Exercise prompt >> Exactly as given, output all the records that follow.

Collected data:
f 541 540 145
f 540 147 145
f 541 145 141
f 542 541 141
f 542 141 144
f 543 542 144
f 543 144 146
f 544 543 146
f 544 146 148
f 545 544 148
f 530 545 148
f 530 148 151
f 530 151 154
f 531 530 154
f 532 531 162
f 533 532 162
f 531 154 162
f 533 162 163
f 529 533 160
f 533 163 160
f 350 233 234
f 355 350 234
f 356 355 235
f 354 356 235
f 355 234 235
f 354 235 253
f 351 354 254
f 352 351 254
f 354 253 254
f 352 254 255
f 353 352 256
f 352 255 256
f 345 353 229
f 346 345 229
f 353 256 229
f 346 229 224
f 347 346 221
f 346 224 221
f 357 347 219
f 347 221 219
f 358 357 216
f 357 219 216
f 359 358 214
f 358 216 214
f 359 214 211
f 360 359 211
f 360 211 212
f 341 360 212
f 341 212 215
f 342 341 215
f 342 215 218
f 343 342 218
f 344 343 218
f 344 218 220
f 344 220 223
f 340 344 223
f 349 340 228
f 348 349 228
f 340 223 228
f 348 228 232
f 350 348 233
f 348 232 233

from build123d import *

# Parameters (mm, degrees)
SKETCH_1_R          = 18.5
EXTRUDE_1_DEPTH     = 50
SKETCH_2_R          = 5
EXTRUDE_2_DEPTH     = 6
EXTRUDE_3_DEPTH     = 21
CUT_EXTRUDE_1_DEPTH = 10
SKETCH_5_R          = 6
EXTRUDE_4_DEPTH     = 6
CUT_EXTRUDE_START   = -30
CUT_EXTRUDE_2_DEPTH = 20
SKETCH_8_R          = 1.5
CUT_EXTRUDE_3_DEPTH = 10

Output for this task >>
f 541 540 145
f 540 147 145
f 541 145 141
f 542 541 141
f 542 141 144
f 543 542 144
f 543 144 146
f 544 543 146
f 544 146 148
f 545 544 148
f 530 545 148
f 530 148 151
f 530 151 154
f 531 530 154
f 532 531 162
f 533 532 162
f 531 154 162
f 533 162 163
f 529 533 160
f 533 163 160
f 350 233 234
f 355 350 234
f 356 355 235
f 354 356 235
f 355 234 235
f 354 235 253
f 351 354 254
f 352 351 254
f 354 253 254
f 352 254 255
f 353 352 256
f 352 255 256
f 345 353 229
f 346 345 229
f 353 256 229
f 346 229 224
f 347 346 221
f 346 224 221
f 357 347 219
f 347 221 219
f 358 357 216
f 357 219 216
f 359 358 214
f 358 216 214
f 359 214 211
f 360 359 211
f 360 211 212
f 341 360 212
f 341 212 215
f 342 341 215
f 342 215 218
f 343 342 218
f 344 343 218
f 344 218 220
f 344 220 223
f 340 344 223
f 349 340 228
f 348 349 228
f 340 223 228
f 348 228 232
f 350 348 233
f 348 232 233

from build123d import *

# Parameters (mm, degrees)
SKETCH_1_R          = 18.5
EXTRUDE_1_DEPTH     = 50
SKETCH_2_R          = 5
EXTRUDE_2_DEPTH     = 6
EXTRUDE_3_DEPTH     = 21
CUT_EXTRUDE_1_DEPTH = 10
SKETCH_5_R          = 6
EXTRUDE_4_DEPTH     = 6
CUT_EXTRUDE_START   = -30
CUT_EXTRUDE_2_DEPTH = 20
SKETCH_8_R          = 1.5
CUT_EXTRUDE_3_DEPTH = 10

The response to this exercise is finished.